The Mississippi bubble

Prior to the arrival of John Law, France’s government was broke. This depressed state is mainly caused by a huge shortage of Livre, France’s currency which is denominated in silver and gold coins. Debasing a currency by decreasing the silver or gold content of each coin just to make more is basically the same as printing more money to meet the demand for currency. During this era, people are convinced that precious metal is money, but they did not get the fact that trust between trading parties is what makes gold and silver retain its value. John Law moved to Amsterdam after he escaped prison in England during the early years of the 1600s. At that time, Amsterdam was a global financial center having pioneered the joint stock company in the form of the Dutch East India Company and the foundation of the first true stock exchange, the Amsterdam Stock exchange in 1602 where shares of the Dutch East India Company are traded. John Law saw Amsterdam’s financial revolution first hand; this multinational company can raise the needed capital by offering shares of stake on its profits to the public instead of issuing debt through bonds. Investors can sell their shares at the Amsterdam stock market where its price is ultimately decided by the market forces of supply and demand. John Law witnessed people make vast amounts of wealth by buying and selling shares of this joint stock company. However, to John Law and his financially savvy mind, the Dutch system is very conservative and somewhat leaves money on the table by restricting total shares issued by the Dutch East India Company when people demand more for it and the Bank of Amsterdam limiting the available issued currency by allowing huge transactions made through the settlement of stocks and not allowing the newly created value to materialize by printing more bank notes. To John Law, there is a flaw in the system that needs to be seized and taken advantaged of and his newly formulated plan to imitate this financial revolution will be applied on a faraway place, and this place is none other than the desperate French economic system. This financial system will be exported by John Law from Amsterdam to Paris but this time this system will be under steroids.

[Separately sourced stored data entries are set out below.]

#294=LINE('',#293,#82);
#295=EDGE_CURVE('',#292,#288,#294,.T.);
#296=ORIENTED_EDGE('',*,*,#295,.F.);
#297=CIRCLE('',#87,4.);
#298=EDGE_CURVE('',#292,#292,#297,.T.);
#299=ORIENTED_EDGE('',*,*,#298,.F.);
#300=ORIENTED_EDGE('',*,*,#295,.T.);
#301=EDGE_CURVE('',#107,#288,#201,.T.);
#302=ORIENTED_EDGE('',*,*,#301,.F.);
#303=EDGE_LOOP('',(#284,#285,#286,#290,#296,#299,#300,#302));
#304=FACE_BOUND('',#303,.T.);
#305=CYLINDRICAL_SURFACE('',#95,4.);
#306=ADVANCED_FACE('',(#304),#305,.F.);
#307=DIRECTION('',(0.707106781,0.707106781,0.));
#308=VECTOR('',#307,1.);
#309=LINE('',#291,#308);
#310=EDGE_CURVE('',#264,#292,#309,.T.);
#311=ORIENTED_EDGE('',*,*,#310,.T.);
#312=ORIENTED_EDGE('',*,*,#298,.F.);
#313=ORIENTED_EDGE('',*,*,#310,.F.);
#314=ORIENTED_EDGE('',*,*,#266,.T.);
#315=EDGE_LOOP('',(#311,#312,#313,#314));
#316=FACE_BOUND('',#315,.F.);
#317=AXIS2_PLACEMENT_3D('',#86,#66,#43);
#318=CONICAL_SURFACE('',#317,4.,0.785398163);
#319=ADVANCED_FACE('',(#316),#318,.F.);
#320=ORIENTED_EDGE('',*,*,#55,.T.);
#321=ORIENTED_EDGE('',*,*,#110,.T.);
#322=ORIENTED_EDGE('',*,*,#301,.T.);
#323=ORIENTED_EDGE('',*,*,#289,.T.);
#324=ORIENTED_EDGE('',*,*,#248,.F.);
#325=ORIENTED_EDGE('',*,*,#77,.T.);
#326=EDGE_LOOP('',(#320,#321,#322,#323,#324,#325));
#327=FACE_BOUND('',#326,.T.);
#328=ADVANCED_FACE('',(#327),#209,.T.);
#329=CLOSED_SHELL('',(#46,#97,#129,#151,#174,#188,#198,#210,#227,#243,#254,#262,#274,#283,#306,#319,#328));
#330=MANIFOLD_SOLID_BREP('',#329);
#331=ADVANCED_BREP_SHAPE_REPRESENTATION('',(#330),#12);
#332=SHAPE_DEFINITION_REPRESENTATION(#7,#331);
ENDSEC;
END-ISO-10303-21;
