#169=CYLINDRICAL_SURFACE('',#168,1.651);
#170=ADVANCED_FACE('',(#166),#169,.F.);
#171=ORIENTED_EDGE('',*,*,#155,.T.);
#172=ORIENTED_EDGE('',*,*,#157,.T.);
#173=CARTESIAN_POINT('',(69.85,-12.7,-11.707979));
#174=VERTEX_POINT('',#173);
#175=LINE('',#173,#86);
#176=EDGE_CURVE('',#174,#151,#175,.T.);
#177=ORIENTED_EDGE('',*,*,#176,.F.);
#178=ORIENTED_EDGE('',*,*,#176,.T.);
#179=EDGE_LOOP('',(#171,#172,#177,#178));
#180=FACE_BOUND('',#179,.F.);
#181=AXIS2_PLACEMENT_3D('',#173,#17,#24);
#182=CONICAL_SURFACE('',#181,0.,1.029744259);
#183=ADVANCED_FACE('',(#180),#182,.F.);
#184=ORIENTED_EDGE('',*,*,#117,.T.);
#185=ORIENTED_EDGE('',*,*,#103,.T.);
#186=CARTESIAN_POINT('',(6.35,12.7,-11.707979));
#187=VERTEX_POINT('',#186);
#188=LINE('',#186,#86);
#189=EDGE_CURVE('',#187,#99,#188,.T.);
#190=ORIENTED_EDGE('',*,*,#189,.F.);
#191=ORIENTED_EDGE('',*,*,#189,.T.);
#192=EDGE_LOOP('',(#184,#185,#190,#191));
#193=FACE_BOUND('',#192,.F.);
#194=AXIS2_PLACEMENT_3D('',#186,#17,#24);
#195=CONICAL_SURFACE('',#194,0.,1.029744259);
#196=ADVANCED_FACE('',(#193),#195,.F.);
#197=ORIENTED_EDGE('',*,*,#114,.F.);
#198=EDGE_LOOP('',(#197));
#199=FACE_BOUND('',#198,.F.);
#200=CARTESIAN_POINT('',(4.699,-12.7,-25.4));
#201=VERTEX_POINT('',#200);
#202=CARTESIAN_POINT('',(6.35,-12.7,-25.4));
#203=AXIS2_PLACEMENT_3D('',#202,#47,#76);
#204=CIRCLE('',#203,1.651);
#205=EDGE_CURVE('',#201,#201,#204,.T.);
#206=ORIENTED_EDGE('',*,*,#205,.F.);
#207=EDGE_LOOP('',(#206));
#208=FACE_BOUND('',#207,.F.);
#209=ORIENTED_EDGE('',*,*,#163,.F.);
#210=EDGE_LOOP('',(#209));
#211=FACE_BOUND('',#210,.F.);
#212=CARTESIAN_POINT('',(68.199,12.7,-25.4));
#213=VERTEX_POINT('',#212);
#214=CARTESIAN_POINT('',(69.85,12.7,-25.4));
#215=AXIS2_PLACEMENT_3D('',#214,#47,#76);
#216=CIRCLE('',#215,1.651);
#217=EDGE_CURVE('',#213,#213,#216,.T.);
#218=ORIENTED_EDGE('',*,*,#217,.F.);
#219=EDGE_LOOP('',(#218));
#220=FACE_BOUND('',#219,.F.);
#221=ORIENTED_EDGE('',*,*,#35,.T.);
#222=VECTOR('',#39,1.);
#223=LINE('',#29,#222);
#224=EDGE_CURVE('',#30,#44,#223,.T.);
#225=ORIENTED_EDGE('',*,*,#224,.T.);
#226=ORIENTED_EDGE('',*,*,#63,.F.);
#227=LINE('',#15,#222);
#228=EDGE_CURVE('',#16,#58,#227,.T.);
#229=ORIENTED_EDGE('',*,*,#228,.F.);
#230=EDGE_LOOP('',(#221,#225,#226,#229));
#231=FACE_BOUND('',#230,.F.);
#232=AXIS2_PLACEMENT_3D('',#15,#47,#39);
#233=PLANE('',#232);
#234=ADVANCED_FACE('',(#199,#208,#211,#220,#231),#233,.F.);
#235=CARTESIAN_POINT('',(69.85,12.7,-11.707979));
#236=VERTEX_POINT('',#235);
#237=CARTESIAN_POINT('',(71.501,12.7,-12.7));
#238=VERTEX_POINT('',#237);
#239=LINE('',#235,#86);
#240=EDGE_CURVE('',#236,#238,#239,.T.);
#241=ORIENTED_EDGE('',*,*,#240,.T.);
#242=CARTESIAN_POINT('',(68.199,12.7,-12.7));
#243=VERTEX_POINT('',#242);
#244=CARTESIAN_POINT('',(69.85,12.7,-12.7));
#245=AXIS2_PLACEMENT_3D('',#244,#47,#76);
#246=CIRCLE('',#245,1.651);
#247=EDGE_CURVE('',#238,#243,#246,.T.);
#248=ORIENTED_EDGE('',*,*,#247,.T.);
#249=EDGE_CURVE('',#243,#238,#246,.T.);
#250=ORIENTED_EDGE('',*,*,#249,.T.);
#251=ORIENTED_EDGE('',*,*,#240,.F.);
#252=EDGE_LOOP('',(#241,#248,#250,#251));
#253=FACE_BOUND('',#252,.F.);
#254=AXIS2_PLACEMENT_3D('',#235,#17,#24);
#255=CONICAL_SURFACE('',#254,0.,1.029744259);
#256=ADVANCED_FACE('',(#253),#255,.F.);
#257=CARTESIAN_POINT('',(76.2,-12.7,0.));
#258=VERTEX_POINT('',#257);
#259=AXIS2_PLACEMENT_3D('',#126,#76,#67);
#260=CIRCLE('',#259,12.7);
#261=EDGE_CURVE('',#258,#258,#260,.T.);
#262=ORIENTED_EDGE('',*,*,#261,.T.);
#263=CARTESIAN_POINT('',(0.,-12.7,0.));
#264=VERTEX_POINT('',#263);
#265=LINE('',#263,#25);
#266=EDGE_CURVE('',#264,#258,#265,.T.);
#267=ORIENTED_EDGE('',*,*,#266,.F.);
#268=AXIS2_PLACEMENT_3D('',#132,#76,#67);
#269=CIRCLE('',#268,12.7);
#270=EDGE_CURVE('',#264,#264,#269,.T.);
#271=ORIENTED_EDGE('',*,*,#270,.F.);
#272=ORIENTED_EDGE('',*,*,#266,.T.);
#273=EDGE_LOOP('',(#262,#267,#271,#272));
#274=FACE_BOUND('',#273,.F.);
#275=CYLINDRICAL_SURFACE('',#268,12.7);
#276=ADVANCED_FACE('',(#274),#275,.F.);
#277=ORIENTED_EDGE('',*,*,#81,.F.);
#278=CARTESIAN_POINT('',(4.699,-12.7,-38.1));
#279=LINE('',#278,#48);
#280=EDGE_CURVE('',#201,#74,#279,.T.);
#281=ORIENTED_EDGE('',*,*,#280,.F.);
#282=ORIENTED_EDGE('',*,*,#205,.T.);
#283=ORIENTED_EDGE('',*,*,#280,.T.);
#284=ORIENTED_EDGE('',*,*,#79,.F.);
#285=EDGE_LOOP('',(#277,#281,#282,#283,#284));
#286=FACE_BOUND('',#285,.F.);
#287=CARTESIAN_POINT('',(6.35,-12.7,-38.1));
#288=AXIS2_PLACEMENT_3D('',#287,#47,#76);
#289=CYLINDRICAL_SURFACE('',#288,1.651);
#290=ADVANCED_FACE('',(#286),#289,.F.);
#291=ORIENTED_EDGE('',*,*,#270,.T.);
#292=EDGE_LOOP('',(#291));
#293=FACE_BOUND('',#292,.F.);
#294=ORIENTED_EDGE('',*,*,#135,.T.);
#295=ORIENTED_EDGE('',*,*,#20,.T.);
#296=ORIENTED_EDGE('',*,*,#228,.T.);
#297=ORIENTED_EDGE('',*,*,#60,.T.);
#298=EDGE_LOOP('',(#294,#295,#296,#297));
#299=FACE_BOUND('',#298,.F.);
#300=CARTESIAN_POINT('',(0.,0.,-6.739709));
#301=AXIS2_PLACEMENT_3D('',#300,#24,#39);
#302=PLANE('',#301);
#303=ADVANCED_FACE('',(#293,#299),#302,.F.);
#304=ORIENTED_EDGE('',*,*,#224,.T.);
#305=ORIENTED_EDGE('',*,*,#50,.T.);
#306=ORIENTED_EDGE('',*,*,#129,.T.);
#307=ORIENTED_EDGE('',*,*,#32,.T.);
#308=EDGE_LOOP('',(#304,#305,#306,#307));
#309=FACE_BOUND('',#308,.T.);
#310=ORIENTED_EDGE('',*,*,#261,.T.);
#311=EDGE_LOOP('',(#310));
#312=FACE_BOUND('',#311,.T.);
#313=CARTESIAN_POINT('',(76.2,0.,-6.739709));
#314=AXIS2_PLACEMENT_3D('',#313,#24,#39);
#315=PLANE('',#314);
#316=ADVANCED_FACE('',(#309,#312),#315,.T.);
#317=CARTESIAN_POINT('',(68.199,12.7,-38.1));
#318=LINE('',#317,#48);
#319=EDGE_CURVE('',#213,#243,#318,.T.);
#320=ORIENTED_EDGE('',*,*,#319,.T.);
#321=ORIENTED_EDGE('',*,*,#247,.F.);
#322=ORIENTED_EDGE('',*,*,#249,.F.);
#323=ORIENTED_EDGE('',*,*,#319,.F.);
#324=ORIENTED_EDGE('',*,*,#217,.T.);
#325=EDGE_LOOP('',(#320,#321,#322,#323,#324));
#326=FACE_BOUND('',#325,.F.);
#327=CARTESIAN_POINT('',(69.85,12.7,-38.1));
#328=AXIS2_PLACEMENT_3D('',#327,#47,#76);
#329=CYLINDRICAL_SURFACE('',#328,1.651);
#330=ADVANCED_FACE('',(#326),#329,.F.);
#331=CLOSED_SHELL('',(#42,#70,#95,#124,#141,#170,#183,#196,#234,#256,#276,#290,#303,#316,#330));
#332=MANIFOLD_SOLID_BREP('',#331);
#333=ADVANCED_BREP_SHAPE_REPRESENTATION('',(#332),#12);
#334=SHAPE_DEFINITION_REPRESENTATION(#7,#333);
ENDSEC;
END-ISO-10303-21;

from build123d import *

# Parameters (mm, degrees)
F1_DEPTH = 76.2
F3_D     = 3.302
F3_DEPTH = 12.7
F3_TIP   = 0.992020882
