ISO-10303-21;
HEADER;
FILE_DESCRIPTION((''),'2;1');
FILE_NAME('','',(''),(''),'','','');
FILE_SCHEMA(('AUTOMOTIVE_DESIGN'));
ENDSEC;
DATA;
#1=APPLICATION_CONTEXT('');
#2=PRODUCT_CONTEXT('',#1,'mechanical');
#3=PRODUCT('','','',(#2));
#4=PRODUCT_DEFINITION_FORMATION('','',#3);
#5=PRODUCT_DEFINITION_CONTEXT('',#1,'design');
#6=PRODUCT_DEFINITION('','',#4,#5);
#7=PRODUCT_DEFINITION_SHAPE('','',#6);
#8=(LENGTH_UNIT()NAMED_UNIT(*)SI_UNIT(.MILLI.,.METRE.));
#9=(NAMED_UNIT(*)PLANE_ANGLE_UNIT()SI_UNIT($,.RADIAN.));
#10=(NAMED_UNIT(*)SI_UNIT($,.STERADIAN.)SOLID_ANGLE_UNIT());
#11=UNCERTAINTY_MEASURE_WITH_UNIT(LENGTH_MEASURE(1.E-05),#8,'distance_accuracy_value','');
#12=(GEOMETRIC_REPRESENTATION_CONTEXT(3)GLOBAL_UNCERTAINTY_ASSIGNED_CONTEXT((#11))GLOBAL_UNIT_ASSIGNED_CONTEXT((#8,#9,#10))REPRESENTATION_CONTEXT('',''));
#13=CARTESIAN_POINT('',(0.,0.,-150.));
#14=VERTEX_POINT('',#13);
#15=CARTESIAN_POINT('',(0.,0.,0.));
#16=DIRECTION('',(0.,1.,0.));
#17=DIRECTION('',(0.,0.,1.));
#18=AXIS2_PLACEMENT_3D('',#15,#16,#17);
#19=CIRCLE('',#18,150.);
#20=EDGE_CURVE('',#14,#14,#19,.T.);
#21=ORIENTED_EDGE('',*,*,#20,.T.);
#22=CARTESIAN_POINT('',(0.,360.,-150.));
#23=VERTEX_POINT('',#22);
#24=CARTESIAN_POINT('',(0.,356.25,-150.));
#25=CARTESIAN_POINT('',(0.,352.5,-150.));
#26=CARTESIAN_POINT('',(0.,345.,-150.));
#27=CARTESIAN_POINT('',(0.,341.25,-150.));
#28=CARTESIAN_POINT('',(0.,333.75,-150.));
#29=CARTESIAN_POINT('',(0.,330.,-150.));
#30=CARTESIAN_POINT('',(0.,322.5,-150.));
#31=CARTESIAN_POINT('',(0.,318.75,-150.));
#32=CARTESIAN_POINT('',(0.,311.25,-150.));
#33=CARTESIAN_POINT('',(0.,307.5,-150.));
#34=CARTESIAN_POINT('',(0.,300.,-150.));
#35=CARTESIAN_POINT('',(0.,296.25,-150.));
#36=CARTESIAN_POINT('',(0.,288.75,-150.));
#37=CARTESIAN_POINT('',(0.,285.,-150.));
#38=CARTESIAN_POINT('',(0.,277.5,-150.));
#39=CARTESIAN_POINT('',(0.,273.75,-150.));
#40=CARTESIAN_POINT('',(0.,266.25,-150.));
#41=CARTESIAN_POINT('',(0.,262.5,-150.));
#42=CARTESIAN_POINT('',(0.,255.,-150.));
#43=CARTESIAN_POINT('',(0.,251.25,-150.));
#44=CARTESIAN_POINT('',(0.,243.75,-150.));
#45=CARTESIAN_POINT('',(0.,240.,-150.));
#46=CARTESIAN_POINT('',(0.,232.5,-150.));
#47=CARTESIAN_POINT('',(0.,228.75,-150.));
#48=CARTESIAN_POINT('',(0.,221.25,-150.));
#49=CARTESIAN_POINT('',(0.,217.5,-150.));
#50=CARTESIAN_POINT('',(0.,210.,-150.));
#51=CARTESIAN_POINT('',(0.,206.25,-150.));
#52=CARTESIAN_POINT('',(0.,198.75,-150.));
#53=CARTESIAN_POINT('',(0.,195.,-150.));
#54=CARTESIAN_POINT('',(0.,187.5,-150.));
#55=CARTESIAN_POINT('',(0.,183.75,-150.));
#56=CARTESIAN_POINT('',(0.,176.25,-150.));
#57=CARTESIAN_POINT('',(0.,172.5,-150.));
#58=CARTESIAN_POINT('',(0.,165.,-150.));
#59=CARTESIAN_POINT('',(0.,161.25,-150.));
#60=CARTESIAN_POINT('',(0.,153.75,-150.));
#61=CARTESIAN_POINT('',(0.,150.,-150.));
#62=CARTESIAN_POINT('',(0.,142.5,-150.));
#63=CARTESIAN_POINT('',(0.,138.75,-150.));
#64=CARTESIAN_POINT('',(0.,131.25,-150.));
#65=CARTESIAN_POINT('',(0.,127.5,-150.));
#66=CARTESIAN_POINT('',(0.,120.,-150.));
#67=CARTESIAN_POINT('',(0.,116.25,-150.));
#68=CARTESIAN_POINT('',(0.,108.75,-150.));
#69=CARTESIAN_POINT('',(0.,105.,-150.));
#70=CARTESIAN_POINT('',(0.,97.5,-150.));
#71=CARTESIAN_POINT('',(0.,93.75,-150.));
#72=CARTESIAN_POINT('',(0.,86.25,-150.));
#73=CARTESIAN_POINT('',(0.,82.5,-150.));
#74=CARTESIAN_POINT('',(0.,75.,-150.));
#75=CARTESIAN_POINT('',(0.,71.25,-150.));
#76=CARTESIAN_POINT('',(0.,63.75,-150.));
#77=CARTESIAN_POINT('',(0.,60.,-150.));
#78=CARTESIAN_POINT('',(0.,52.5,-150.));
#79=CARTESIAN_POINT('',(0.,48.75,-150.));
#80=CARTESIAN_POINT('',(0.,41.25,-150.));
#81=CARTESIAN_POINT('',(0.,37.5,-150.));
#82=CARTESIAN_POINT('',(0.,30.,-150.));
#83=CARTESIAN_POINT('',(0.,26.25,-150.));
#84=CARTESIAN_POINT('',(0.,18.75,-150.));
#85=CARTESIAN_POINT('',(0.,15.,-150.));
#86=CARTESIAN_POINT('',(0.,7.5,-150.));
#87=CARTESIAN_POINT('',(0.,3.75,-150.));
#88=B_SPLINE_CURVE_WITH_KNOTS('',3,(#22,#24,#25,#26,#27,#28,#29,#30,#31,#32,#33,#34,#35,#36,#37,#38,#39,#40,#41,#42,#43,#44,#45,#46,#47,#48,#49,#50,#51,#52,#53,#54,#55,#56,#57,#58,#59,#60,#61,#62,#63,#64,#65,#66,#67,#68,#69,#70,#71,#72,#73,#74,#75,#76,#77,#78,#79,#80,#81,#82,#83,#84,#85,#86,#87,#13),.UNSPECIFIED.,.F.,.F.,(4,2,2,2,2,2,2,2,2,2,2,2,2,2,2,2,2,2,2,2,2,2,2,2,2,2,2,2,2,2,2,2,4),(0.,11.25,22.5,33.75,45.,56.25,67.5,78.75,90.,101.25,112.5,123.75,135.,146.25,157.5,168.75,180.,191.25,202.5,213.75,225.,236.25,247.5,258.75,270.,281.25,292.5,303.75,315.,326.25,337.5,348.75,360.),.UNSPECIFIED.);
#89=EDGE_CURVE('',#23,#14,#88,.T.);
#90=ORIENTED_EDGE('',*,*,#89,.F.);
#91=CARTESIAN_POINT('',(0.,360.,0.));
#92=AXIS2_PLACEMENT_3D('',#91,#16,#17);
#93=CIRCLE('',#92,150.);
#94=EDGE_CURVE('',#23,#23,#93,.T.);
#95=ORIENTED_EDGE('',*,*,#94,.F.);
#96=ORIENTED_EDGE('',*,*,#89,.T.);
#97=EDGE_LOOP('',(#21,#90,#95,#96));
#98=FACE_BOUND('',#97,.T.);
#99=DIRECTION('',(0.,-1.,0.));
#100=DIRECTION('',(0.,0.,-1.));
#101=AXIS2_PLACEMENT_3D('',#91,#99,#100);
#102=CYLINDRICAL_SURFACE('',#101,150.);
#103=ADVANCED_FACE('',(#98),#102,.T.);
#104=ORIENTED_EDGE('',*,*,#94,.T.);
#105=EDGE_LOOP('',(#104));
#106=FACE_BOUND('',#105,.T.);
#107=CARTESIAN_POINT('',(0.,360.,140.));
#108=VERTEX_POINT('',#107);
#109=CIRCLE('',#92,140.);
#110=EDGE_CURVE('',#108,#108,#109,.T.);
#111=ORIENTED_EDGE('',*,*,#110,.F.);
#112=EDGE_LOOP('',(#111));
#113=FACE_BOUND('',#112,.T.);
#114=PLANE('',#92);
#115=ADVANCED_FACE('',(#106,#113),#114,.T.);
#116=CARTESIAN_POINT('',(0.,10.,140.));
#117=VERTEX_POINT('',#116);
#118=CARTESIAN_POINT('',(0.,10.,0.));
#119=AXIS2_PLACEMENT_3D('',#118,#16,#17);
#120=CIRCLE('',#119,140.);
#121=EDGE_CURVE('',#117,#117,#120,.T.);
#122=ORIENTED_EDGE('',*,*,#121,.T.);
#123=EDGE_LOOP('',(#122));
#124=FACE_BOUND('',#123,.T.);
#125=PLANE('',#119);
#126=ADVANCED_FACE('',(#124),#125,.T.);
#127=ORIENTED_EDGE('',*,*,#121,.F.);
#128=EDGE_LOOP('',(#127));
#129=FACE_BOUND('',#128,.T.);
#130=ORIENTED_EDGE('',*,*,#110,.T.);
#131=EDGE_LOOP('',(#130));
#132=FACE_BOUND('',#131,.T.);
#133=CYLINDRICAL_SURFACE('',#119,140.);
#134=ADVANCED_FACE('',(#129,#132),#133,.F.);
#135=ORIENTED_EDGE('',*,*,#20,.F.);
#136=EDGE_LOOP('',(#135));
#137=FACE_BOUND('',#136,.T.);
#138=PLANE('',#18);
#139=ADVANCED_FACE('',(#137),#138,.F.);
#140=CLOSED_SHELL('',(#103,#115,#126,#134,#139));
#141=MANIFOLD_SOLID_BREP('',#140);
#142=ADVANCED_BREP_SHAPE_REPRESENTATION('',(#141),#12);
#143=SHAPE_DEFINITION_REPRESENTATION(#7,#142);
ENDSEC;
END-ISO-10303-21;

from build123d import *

# Parameters (mm, degrees)
CROQUIS1_R              = 150
SALIENTE_EXTRUIR1_DEPTH = 360
CROQUIS2_R              = 140
CORTAR_EXTRUIR1_DEPTH   = 350


with BuildPart() as part:
    # Croquis1 → Saliente-Extruir1 (new body)
    with BuildSketch(Plane(origin=(0, 0, 0), x_dir=(1, 0, 0), z_dir=(0, 1, 0))):
        with Locations(Location((0, 0, 0), (0, 0, 90))):
            Circle(CROQUIS1_R)
    extrude(amount=SALIENTE_EXTRUIR1_DEPTH)

    # Croquis2 → Cortar-Extruir1 (cut)
    with BuildSketch(Plane(origin=(0, 360, 0), x_dir=(1, 0, 0), z_dir=(0, 1, 0))):
        with Locations(Location((0, 0, 0), (0, 0, 270))):
            Circle(CROQUIS2_R)
    extrude(amount=-CORTAR_EXTRUIR1_DEPTH, mode=Mode.SUBTRACT)


solid = part.part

Upon John Law’s arrival in Paris in 1716,  France’s government is under the brink of bankruptcy as a result from wars under Louis XIV. During this time, the Duke of Orleans was the acting regent of the country on behalf of Louis XV. John Law introduced his plan to the Duke that promised to revive France’s economy and turn it into a European financial juggernaut. The plan was to establish a central bank that has the authority to print official bank notes. The result in this expanded money supply will jolt a contracting economy back into an inflating one. The idea is that with more money available to the public, some of it will spill into investment ventures. The second part of the plan was to establish a Joint stock company just like Amsterdam’s Dutch East India Company and offer its shares to the French public. This version of John Law’s joint stock company would be based on the huge stretch of land that the French Government owned in North America which spans from the southern tip of the Mississippi river, across the central plains and all the way up to the Canadian border. This Joint Stock Company will be the restructured Mississippi Company founded in 1684 later renamed The Company of the East in 1717 which would conduct trade monopolies in French Louisiana in North America. Shares of the Mississippi Company was first offered to the public at 500 Livres and from there, market forces worked its magic and turned the value of the share price higher. The higher the share prices went, the more the people of France wanted it. One factor that contributed to this boom is that while the Bank of Amsterdam restricted the printing of bank notes based on the transaction of share trades, John Law’s Banque Royale printed bank notes and made it widely available to the public. As soon as the bank notes got into the hands of the people of France, it is freely available for exchange of Mississippi shares which boosted the demand for it.

Meanwhile, the underlying business that the shares are supposed to be based on in Louisiana is merely nothing but a swamp land. Trade with the natives, established trading posts and a regular shipment of merchandise is nothing but a pipe dream. John Law simply manipulated company profits by booking them from the sales of newly issued stocks. The Mississippi Company is registering profits not from trade but as a result of issuing additional shares to the public. In accounting principles, new share issues are supposed to dilute the value of existing shares, but since the current French equities market in 1720 is under a mania, people turned a blind eye to it and pawned or sold jewelry and some property and kept buying the steadily rising shares of the Mississippi Company. This era is when the term “millionaire” was first invented.  The rise in price of the Mississippi shares got so high and unsustainable and as a consequence of the lack of willing fools to buy the shares, prices started to decline. Another reason for the loss of confidence in the markets is that John Law constantly manipulates the value of silver and gold to conform with the new bank notes generated by his bank, the Banque Royale. People are left confused in the market and became weary of the situation. The devaluation of the bank notes, the constantly changing rules on the export of gold and silver and the fluctuation in the volume of bank notes printed resulted in fear and panic among the French. From an initial public offer of 500 Livres, shares of the Mississippi Company rose to 10,000 Livres by 1720 and from there, the slide was unstoppable. Fortunes created from the Mississippi bubble were left in the hands of a few people and left a lot of people desperate and penniless. As a result of this financial meltdown, John Law fled the country and left a mark as the inventor of the stock bubble.